INPUT RECORDS ::

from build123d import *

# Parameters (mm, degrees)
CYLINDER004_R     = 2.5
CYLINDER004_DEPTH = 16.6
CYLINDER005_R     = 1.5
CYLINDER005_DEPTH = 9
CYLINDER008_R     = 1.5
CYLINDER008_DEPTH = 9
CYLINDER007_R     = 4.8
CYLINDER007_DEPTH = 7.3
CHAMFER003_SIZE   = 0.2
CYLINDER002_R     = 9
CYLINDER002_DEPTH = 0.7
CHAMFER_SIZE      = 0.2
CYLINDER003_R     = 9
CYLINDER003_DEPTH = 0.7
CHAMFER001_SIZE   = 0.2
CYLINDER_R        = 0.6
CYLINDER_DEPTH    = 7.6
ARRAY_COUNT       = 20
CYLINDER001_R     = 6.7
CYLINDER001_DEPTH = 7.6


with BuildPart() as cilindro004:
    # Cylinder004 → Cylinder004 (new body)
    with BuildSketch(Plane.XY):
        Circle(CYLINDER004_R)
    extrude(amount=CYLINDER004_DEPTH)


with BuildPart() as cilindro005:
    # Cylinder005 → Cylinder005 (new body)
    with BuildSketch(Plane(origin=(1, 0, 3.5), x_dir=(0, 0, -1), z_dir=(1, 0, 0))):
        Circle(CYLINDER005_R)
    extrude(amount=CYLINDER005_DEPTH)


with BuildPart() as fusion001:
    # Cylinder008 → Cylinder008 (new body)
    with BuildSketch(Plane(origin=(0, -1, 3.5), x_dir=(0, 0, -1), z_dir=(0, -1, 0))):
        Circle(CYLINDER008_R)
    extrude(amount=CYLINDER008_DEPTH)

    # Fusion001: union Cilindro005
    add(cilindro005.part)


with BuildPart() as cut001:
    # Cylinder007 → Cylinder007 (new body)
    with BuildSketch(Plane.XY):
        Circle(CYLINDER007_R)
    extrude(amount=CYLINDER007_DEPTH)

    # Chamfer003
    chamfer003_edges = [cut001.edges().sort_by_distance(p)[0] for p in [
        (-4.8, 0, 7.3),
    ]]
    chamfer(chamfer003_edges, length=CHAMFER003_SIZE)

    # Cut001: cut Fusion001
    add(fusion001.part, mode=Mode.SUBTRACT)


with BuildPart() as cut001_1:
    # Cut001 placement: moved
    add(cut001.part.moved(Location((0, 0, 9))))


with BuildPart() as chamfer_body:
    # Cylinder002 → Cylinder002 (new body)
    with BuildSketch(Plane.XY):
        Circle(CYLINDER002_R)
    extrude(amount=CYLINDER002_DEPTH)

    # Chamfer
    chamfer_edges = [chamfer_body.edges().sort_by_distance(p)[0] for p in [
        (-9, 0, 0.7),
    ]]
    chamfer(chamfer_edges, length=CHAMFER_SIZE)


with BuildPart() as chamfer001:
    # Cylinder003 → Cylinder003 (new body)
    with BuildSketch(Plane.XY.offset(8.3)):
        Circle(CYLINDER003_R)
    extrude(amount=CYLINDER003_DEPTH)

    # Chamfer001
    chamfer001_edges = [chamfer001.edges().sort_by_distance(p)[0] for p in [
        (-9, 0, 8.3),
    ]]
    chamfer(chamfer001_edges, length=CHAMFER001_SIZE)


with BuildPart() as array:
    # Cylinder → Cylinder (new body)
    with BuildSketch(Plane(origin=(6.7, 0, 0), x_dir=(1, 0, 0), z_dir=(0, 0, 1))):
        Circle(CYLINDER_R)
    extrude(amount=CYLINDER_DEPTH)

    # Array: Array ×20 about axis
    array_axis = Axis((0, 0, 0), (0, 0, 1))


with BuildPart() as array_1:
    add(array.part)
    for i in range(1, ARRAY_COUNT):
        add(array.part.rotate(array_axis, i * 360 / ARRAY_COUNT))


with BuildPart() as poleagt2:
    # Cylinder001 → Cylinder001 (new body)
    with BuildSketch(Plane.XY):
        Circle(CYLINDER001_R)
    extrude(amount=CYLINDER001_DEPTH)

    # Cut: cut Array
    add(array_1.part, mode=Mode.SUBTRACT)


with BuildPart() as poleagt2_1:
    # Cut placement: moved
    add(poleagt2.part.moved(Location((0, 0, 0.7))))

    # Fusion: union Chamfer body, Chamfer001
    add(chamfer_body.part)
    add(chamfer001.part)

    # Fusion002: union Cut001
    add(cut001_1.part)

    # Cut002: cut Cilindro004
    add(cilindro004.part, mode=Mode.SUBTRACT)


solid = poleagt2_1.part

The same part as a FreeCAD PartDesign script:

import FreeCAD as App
import Part
import Sketcher

V = App.Vector


def edges_at(feature, points):
    """Names of the edges that pass closest to the given points."""
    edges = feature.Shape.Edges
    near = lambda p: min(range(len(edges)), key=lambda i: edges[i].distToShape(Part.Vertex(*p))[0])
    return sorted({f"Edge{near(p) + 1}" for p in points})

doc = App.newDocument("Part")
params = doc.addObject("Spreadsheet::Sheet", "Params")
for row, (alias, value) in enumerate([
    ("sketch1_diameter", "5 mm"),
    ("pad1_length", "16.6 mm"),
    ("sketch2_diameter", "3 mm"),
    ("pad2_length", "9 mm"),
    ("sketch3_diameter", "3 mm"),
    ("pad3_length", "9 mm"),
    ("sketch4_diameter", "9.6 mm"),
    ("pad4_length", "7.3 mm"),
    ("chamfer_size", "0.2 mm"),
    ("sketch5_diameter", "18 mm"),
    ("pad5_length", "0.7 mm"),
    ("chamfer2_size", "0.2 mm"),
    ("sketch6_diameter", "18 mm"),
    ("pad6_length", "0.7 mm"),
    ("chamfer3_size", "0.2 mm"),
    ("sketch7_diameter", "1.2 mm"),
    ("pad7_length", "7.6 mm"),
    ("sketch8_diameter", "13.4 mm"),
    ("pad8_length", "7.6 mm"),
], start=1):
    params.set(f"A{row}", alias)
    params.set(f"B{row}", "=" + value)
    params.setAlias(f"B{row}", alias)

body = doc.addObject("PartDesign::Body", "Body")

sketch1 = doc.addObject("Sketcher::SketchObject", "Sketch")
body.addObject(sketch1)
sketch1.AttachmentSupport = (doc.XY_Plane, [""])
sketch1.MapMode = "FlatFace"
sketch1.addGeometry(Part.Circle(V(0, 0, 0), V(0, 0, 1), 2.5), False)
sketch1.addConstraint([
    Sketcher.Constraint("Coincident", 0, 3, -1, 1),
    Sketcher.Constraint("Diameter", 0, 5.0),
])
sketch1.setExpression("Constraints[1]", "Params.sketch1_diameter")
pad1 = doc.addObject("PartDesign::Pad", "Pad")
body.addObject(pad1)
pad1.Profile = sketch1
pad1.setExpression("Length", "Params.pad1_length")
body2 = doc.addObject("PartDesign::Body", "Body001")

sketch2 = doc.addObject("Sketcher::SketchObject", "Sketch001")
body2.addObject(sketch2)
sketch2.AttachmentSupport = (doc.getObject("YZ_Plane001"), [""])
sketch2.MapMode = "FlatFace"
sketch2.AttachmentOffset = App.Placement(V(0, 0, 1), App.Rotation())
sketch2.addGeometry(Part.Circle(V(0, 3.5, 0), V(0, 0, 1), 1.5), False)
sketch2.addConstraint([
    Sketcher.Constraint("PointOnObject", 0, 3, -2),
    Sketcher.Constraint("Diameter", 0, 3.0),
    Sketcher.Constraint("DistanceY", -1, 1, 0, 3, 3.5),
])
sketch2.setExpression("Constraints[1]", "Params.sketch2_diameter")
pad2 = doc.addObject("PartDesign::Pad", "Pad001")
body2.addObject(pad2)
pad2.Profile = sketch2
pad2.setExpression("Length", "Params.pad2_length")
body3 = doc.addObject("PartDesign::Body", "Body002")

sketch3 = doc.addObject("Sketcher::SketchObject", "Sketch002")
body3.addObject(sketch3)
sketch3.AttachmentSupport = (doc.getObject("XZ_Plane002"), [""])
sketch3.MapMode = "FlatFace"
sketch3.AttachmentOffset = App.Placement(V(0, 0, 1), App.Rotation())
sketch3.addGeometry(Part.Circle(V(0, 3.5, 0), V(0, 0, 1), 1.5), False)
sketch3.addConstraint([
    Sketcher.Constraint("PointOnObject", 0, 3, -2),
    Sketcher.Constraint("Diameter", 0, 3.0),
    Sketcher.Constraint("DistanceY", -1, 1, 0, 3, 3.5),
])
sketch3.setExpression("Constraints[1]", "Params.sketch3_diameter")
pad3 = doc.addObject("PartDesign::Pad", "Pad002")
body3.addObject(pad3)
pad3.Profile = sketch3
pad3.setExpression("Length", "Params.pad3_length")
doc.recompute()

WHAT IS EXPECTED :: Filter the entries above and copy only the lines that hold "amount".

FINAL ANSWER ::
    extrude(amount=CYLINDER004_DEPTH)
    extrude(amount=CYLINDER005_DEPTH)
    extrude(amount=CYLINDER008_DEPTH)
    extrude(amount=CYLINDER007_DEPTH)
    extrude(amount=CYLINDER002_DEPTH)
    extrude(amount=CYLINDER003_DEPTH)
    extrude(amount=CYLINDER_DEPTH)
    extrude(amount=CYLINDER001_DEPTH)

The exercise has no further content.